Task description - Extract exactly those lines that lie between the start of the material and the line with "v 9.849 6.945 3.319", including both boundary lines and no others.

Data records -

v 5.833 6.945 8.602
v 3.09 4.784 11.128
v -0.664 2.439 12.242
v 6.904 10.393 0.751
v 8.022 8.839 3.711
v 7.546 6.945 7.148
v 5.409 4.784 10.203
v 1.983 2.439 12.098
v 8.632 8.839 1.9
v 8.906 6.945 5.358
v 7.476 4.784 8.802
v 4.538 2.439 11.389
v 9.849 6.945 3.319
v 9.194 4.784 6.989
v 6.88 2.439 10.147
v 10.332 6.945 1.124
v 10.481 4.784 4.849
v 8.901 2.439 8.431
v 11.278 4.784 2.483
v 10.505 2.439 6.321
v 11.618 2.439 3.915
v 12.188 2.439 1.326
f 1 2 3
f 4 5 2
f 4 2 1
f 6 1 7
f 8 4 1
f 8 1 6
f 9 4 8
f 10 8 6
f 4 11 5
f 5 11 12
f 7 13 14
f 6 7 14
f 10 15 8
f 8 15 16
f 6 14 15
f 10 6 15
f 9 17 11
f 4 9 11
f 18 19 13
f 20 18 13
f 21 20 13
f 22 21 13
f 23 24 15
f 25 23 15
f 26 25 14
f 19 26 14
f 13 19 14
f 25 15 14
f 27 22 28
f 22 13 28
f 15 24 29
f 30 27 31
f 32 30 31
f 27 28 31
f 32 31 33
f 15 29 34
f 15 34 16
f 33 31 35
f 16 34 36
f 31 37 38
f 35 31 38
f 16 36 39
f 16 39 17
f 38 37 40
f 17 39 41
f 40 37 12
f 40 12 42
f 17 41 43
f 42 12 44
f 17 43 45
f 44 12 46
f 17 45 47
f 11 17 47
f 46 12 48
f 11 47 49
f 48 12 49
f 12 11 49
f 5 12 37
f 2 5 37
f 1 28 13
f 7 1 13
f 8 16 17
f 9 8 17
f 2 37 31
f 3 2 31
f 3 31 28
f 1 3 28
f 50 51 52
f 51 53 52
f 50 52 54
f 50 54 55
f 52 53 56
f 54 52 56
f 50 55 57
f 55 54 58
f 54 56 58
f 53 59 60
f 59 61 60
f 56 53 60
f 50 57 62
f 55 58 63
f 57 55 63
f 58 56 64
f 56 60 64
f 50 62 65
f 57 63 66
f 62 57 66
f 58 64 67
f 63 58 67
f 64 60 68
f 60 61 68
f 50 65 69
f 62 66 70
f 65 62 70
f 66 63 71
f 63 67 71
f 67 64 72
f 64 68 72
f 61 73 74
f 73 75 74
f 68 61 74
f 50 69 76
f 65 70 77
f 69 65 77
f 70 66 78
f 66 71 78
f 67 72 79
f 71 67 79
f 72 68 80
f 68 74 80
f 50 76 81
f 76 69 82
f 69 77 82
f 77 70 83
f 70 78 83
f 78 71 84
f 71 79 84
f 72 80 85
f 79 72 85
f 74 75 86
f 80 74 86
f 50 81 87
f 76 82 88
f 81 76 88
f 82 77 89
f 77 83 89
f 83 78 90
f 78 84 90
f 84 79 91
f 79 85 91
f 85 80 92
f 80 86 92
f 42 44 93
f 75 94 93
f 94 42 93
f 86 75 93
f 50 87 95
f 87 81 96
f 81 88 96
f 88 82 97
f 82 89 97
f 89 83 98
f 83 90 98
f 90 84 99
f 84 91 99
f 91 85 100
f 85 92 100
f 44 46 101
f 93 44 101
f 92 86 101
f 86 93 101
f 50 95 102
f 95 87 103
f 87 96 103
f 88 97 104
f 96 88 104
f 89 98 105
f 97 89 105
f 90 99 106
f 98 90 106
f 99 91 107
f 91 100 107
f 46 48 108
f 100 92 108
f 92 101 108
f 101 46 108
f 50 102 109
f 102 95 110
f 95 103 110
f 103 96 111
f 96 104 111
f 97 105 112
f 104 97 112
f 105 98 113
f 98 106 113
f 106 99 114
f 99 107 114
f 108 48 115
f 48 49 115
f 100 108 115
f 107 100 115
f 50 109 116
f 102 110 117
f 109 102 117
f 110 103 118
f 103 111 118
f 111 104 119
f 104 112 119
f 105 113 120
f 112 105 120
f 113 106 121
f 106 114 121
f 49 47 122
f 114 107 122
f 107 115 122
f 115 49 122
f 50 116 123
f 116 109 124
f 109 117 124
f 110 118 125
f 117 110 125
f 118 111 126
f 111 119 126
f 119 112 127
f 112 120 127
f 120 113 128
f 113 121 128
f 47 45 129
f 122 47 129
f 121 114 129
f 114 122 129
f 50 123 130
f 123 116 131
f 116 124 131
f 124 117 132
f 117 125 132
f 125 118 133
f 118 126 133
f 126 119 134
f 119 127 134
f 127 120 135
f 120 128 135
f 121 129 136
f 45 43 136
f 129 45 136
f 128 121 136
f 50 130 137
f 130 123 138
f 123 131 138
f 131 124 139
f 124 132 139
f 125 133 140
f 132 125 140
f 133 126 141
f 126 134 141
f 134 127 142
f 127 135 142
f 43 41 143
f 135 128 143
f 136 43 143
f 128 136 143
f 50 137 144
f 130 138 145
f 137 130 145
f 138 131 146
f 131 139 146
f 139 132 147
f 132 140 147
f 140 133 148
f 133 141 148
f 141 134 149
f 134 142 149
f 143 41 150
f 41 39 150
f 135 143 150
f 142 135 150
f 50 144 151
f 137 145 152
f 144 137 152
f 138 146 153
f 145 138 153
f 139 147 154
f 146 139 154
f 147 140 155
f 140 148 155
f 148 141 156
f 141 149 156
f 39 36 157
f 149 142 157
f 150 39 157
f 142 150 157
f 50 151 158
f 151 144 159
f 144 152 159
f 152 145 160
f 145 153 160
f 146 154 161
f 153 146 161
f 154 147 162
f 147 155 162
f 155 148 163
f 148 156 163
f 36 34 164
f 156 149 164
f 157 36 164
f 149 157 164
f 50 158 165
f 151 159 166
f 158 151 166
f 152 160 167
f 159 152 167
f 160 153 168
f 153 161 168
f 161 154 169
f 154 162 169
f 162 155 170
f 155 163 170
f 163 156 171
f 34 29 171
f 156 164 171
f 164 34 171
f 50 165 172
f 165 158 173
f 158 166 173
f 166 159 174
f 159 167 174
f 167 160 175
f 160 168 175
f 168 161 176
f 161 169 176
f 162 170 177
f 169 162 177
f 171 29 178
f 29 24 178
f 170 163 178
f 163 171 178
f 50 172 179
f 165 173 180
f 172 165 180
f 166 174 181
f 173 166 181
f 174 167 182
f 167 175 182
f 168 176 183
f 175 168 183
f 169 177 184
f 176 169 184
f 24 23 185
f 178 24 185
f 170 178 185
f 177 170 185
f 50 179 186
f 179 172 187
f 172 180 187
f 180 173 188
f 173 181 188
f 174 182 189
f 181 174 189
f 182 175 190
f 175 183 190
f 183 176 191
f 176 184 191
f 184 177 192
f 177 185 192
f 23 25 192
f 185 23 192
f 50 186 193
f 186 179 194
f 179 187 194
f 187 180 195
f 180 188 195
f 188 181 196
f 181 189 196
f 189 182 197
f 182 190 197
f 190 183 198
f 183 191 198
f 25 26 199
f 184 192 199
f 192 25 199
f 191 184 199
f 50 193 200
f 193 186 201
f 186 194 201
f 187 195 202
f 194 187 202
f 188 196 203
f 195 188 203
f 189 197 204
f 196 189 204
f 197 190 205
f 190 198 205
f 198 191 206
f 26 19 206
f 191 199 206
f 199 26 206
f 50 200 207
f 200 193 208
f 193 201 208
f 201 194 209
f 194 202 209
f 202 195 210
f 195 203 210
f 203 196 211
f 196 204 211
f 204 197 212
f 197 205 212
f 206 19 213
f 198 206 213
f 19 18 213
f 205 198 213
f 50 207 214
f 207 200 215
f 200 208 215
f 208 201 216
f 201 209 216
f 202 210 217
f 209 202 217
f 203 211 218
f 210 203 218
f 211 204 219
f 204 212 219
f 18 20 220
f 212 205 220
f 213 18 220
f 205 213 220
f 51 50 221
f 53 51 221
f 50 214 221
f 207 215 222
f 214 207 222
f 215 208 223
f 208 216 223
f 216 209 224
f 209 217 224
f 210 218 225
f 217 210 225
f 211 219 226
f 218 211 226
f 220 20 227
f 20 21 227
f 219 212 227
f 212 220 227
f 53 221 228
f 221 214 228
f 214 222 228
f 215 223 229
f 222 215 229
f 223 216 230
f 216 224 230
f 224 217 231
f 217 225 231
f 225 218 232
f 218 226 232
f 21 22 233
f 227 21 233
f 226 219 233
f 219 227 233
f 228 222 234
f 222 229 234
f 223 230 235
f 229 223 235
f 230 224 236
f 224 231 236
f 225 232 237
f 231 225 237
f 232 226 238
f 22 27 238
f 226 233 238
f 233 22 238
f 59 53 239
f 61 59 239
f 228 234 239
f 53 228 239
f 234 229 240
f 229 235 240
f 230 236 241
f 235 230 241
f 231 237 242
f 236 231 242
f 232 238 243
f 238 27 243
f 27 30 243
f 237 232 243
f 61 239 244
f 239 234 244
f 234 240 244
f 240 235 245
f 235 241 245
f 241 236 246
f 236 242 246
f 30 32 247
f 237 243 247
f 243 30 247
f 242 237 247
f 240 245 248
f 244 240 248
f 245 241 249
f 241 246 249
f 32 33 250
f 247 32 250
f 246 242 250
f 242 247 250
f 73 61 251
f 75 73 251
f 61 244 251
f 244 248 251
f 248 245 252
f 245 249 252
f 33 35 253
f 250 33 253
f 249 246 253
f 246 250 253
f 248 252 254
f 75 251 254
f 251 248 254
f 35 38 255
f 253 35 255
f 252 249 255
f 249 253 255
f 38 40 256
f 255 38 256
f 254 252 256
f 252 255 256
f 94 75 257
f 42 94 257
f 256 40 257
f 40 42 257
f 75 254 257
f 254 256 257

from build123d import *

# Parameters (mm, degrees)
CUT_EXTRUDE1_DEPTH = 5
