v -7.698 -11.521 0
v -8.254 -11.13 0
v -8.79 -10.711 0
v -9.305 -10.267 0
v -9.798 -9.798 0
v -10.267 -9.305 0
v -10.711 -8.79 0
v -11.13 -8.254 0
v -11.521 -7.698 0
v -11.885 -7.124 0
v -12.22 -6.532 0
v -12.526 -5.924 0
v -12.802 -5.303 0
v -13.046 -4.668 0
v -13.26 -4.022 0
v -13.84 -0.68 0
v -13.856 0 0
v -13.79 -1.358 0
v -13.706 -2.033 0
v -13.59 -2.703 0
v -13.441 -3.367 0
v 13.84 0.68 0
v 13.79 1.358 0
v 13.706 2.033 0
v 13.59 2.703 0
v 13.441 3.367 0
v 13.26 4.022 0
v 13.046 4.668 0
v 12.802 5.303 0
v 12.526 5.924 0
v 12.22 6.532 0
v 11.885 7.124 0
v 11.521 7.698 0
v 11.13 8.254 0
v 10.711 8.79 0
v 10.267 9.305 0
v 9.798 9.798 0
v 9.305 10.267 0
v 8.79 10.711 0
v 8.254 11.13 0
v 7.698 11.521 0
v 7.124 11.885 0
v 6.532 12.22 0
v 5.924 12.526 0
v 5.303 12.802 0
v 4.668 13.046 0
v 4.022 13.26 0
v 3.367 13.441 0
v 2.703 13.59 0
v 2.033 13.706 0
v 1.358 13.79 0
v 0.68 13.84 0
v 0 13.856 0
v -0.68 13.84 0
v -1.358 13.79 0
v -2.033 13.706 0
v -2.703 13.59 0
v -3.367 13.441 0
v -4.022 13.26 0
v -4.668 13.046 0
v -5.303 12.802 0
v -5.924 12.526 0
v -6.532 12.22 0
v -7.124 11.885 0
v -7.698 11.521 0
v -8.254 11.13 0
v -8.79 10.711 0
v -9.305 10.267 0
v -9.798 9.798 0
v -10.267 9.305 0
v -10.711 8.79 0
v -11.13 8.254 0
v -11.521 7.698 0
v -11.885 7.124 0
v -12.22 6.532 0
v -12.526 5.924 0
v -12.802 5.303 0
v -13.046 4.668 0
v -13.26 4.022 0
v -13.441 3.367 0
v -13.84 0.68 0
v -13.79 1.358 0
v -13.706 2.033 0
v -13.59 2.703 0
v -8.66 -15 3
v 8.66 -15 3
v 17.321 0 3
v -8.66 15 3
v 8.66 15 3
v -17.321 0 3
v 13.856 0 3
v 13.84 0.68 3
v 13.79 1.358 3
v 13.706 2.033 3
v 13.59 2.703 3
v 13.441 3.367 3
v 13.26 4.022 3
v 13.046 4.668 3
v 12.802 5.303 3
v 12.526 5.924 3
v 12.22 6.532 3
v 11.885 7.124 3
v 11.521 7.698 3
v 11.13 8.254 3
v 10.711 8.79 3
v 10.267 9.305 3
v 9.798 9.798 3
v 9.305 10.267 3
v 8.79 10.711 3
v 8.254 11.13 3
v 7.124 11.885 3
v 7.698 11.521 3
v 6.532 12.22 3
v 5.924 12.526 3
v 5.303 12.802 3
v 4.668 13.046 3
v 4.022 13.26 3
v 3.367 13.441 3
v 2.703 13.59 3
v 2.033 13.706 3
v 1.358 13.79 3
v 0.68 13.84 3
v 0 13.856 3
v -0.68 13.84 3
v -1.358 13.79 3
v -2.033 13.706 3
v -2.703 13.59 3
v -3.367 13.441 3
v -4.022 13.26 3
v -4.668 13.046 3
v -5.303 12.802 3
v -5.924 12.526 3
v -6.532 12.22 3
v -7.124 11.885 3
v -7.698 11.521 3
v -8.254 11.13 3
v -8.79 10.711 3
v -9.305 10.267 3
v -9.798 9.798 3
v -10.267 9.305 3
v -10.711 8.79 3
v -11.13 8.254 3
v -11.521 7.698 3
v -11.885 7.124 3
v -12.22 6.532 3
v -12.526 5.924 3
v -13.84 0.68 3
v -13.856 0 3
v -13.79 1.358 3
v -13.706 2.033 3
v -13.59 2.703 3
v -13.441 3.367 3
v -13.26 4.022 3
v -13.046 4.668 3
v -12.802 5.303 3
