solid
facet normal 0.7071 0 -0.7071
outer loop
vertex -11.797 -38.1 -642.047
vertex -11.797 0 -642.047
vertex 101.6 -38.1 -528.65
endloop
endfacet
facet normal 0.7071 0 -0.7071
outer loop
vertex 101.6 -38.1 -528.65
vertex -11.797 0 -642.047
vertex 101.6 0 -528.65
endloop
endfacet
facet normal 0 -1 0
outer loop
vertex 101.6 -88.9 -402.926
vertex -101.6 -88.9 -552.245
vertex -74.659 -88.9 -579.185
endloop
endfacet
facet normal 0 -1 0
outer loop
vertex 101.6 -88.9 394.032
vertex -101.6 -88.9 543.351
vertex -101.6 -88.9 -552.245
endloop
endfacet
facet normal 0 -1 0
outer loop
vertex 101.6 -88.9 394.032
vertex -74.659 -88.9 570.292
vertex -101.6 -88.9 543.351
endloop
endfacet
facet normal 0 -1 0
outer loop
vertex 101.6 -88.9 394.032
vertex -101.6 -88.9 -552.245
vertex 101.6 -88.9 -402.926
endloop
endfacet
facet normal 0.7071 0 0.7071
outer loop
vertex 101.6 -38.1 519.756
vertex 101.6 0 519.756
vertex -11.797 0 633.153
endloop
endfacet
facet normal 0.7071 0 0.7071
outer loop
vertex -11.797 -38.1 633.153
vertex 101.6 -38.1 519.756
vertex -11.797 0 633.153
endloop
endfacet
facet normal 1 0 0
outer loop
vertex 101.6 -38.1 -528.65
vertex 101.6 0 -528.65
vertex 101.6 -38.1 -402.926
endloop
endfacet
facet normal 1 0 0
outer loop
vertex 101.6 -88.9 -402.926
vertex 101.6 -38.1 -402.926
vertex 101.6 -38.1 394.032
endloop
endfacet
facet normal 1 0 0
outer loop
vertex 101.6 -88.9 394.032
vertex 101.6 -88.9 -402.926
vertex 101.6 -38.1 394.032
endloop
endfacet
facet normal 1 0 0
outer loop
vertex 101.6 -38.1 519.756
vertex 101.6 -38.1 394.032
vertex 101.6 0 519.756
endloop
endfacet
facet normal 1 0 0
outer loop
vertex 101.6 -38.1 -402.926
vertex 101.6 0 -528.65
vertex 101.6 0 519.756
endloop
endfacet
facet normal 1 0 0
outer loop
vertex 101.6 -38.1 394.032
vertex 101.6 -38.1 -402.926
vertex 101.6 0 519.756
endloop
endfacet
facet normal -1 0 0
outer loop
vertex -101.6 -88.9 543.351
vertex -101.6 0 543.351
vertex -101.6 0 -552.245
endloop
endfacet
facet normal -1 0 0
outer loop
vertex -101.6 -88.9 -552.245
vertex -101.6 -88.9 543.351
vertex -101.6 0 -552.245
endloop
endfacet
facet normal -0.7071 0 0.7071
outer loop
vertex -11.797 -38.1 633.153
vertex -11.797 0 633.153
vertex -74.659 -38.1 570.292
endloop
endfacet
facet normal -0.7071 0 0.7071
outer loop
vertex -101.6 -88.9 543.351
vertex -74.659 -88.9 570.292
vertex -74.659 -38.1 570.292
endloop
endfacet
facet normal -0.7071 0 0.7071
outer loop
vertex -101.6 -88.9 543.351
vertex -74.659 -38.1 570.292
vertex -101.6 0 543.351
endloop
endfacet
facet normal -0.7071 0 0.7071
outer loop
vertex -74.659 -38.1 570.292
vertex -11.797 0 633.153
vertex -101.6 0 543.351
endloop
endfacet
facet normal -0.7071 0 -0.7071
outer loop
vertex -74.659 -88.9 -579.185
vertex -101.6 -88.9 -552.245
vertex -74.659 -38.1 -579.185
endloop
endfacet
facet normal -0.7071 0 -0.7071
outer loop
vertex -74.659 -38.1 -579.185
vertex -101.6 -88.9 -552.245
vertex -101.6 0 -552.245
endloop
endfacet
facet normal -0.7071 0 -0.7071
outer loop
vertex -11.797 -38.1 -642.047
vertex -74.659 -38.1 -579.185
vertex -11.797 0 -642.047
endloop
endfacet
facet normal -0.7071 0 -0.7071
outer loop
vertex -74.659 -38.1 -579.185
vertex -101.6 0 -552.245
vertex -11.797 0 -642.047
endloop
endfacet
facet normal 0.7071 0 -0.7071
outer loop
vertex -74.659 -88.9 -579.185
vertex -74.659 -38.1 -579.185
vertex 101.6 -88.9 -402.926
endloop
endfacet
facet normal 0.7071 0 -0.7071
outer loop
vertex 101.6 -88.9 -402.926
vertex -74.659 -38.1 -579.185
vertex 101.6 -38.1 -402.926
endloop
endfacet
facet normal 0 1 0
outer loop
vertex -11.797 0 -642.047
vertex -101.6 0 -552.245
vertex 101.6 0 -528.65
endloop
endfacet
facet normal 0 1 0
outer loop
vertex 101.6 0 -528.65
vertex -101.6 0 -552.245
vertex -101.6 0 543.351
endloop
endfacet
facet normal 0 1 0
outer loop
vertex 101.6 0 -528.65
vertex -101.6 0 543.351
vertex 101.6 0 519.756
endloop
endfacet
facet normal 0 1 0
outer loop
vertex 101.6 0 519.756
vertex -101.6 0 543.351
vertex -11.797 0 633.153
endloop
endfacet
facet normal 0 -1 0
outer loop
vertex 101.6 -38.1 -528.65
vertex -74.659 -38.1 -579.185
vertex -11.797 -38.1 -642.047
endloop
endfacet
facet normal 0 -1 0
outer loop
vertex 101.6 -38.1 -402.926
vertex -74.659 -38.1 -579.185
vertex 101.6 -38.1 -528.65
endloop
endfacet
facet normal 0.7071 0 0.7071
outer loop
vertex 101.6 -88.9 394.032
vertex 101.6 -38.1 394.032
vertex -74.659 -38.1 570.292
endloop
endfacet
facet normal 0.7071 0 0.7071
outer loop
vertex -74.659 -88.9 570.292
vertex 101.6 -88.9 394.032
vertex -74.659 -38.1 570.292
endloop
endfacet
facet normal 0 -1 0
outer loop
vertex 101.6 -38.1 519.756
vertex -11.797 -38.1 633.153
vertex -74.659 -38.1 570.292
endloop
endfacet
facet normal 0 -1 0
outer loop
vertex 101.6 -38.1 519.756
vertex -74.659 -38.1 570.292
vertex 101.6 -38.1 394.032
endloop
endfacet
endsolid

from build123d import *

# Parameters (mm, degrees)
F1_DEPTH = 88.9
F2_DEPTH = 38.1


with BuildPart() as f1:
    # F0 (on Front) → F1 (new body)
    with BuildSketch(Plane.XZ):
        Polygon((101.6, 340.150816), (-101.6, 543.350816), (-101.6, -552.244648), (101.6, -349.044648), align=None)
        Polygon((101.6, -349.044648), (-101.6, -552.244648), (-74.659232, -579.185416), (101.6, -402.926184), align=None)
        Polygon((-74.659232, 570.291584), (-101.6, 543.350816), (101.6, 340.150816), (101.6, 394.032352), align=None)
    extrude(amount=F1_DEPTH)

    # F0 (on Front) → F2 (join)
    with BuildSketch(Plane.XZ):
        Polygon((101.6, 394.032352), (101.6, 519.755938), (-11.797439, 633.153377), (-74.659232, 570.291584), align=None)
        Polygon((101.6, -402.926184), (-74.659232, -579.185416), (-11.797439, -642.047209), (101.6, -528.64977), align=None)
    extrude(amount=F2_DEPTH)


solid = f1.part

Expected answer -
v 5.833 6.945 8.602
v 3.09 4.784 11.128
v -0.664 2.439 12.242
v 6.904 10.393 0.751
v 8.022 8.839 3.711
v 7.546 6.945 7.148
v 5.409 4.784 10.203
v 1.983 2.439 12.098
v 8.632 8.839 1.9
v 8.906 6.945 5.358
v 7.476 4.784 8.802
v 4.538 2.439 11.389
v 9.849 6.945 3.319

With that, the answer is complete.